Blackwater by The Numbers" /> Blackwater by The Numbers" />

Blackwater by The Numbers

Tomorrow morning, the House oversight committee will hear testimony from Erik Prince, the owner of embattled private-security company Blackwater, about his company’s operations in Iraq. Blackwater is in the news right now for the disputed shootings on September 16 in Baghdad that left 11 Iraqis dead. But the committee’s Democratic staff has put together a compendium (pdf) of questionable incidents and practices that Prince will surely be asked about tomorrow. Here’s a sampling:

* Blackwater has been involved in 195 “escalation of force” incidents since 2005, an average of 1.4 shooting incidents per week. From January 2005 to April 2007, Blackwater employees used their weapons 168 times, compared to 102 times for rival DynCorp and 36 for rival Triple Canopy during that same time frame.

According to the majority staff, Blackwater operatives fired the first shot in 80 percent of those cases, though its contract with the State Department only permits the use of “defensive” force.

* A single Blackwater security contractor costs the government $1,222 every day to guard U.S. civilian personnel, or $445,000 per year. That’s six times the cost of getting a U.S. Army soldier to perform the same function. As P.W. Singer observed last week, private security companies increasingly exist to free up tasks for U.S. troops, ensuring a sort of dependence on contracting occurs for a military coping with the strain of deployments for two wars.

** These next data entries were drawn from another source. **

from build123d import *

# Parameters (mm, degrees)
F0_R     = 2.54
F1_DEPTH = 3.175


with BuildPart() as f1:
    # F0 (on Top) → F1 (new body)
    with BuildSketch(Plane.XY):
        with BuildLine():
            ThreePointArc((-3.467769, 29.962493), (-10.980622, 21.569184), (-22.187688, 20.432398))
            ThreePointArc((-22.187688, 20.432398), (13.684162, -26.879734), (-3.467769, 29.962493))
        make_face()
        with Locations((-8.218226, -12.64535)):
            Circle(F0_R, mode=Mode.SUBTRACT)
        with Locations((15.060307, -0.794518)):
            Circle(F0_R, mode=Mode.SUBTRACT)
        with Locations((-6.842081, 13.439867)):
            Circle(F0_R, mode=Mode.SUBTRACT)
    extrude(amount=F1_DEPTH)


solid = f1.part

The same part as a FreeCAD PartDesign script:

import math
import FreeCAD as App
import Part
import Sketcher
from FreeCAD import Vector
Q = App.Units.Quantity

doc = App.newDocument("Part")
params = doc.addObject("Spreadsheet::Sheet", "Params")
for row, (alias, value) in enumerate([
    ("sketch1_diameter", "0.2 in"),
    ("sketch1_radius", "1.1875 in"),
    ("pad1_length", "0.125 in"),
], start=1):
    params.set(f"A{row}", alias)
    params.set(f"B{row}", "=" + value)
    params.setAlias(f"B{row}", alias)

body = doc.addObject("PartDesign::Body", "Body")

sketch1 = doc.addObject("Sketcher::SketchObject", "Sketch")
body.addObject(sketch1)
sketch1.AttachmentSupport = (doc.XY_Plane, [""])
sketch1.MapMode = "FlatFace"
sketch1.addGeometry(Part.ArcOfCircle(Part.Circle(Vector(-18.1, 35.5, 0), Vector(0, 0, 1), 15.6), math.radians(-105), math.radians(-21)), False)
sketch1.addGeometry(Part.ArcOfCircle(Part.Circle(Vector(0, 0, 0), Vector(0, 0, 1), 30.2), math.radians(137), math.radians(457)), False)
sketch1.addGeometry(Part.Circle(Vector(-8.2, -12.6, 0), Vector(0, 0, 1), 2.5), False)
sketch1.addGeometry(Part.Circle(Vector(15.1, -0.8, 0), Vector(0, 0, 1), 2.5), False)
sketch1.addGeometry(Part.Circle(Vector(-6.8, 13.4, 0), Vector(0, 0, 1), 2.5), False)
sketch1.addConstraint(Sketcher.Constraint("Coincident", 0, 1, 1, 1))
sketch1.addConstraint(Sketcher.Constraint("Coincident", 1, 2, 0, 2))
sketch1.addConstraint(Sketcher.Constraint("Coincident", 1, 3, -1, 1))
sketch1.addConstraint(Sketcher.Constraint("Equal", 2, 3))
sketch1.addConstraint(Sketcher.Constraint("Equal", 3, 4))
sketch1.addConstraint(Sketcher.Constraint("Diameter", 2, Q("0.2 in")))
sketch1.addConstraint(Sketcher.Constraint("Radius", 1, Q("1.1875 in")))
sketch1.addConstraint(Sketcher.Constraint("Radius", 0, Q("15.583267 mm")))
sketch1.addConstraint(Sketcher.Constraint("DistanceX", 0, 3, -1, 1, Q("18.050459 mm")))
sketch1.addConstraint(Sketcher.Constraint("DistanceY", -1, 1, 0, 3, Q("35.45643 mm")))
sketch1.addConstraint(Sketcher.Constraint("DistanceY", 2, 3, -1, 1, Q("12.64535 mm")))
sketch1.addConstraint(Sketcher.Constraint("DistanceX", 4, 3, -1, 1, Q("6.842081 mm")))
sketch1.addConstraint(Sketcher.Constraint("DistanceY", 3, 3, 1, 3, Q("0.794518 mm")))
sketch1.addConstraint(Sketcher.Constraint("DistanceX", 4, 3, 3, 3, Q("21.902388 mm")))
sketch1.addConstraint(Sketcher.Constraint("DistanceY", 4, 3, 0, 1, Q("6.992531 mm")))
sketch1.addConstraint(Sketcher.Constraint("DistanceX", 2, 3, -1, 1, Q("8.218226 mm")))
sketch1.setExpression("Constraints[5]", "Params.sketch1_diameter")
sketch1.setExpression("Constraints[6]", "Params.sketch1_radius")
pad1 = doc.addObject("PartDesign::Pad", "Pad")
body.addObject(pad1)
pad1.Profile = sketch1
pad1.setExpression("Length", "Params.pad1_length")

doc.recompute()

* The State Department’s attitude to Blackwater shootings is most often a directive to compensate the victim’s family, “rather than to insist upon accountability or to investigate Blackwater personnel for potential criminal liability.”

* Blackwater’s initial contract to protect U.S. diplomats in Iraq, in 2003, was a no-bid contract. So was its 2004 successor. On that one, Blackwater stood to earn a maximum of $338 million, but actually received $488 million from State between June 2004 and June 2006. In total, Blackwater has earned upwards of $1 billion in government contracts since 2001.

Nor is that all. A previously unknown incident revealed in a Blackwater incident report, Blackwater guards in Mosul in 2005 fired into a vehicle approaching a convoy guarded by the security company. A civilian bystander was hit in the head by a Blackwater-fired bullet that passed through the car. Blackwater kept the convoy moving along, and it’s not clear if any compensation was offered to the victim’s family. On at least two other occasions, Blackwater guards were found to have covered up improper or dubious uses of force. Among those: after a Blackwater-guarded convoy struck 18 (!) different Iraqi vehicles, one of the contractors in the motorcade said his boss “openly admitted giving clear direction to the primary driver to conduct these acts of random negligence for no apparent reason.”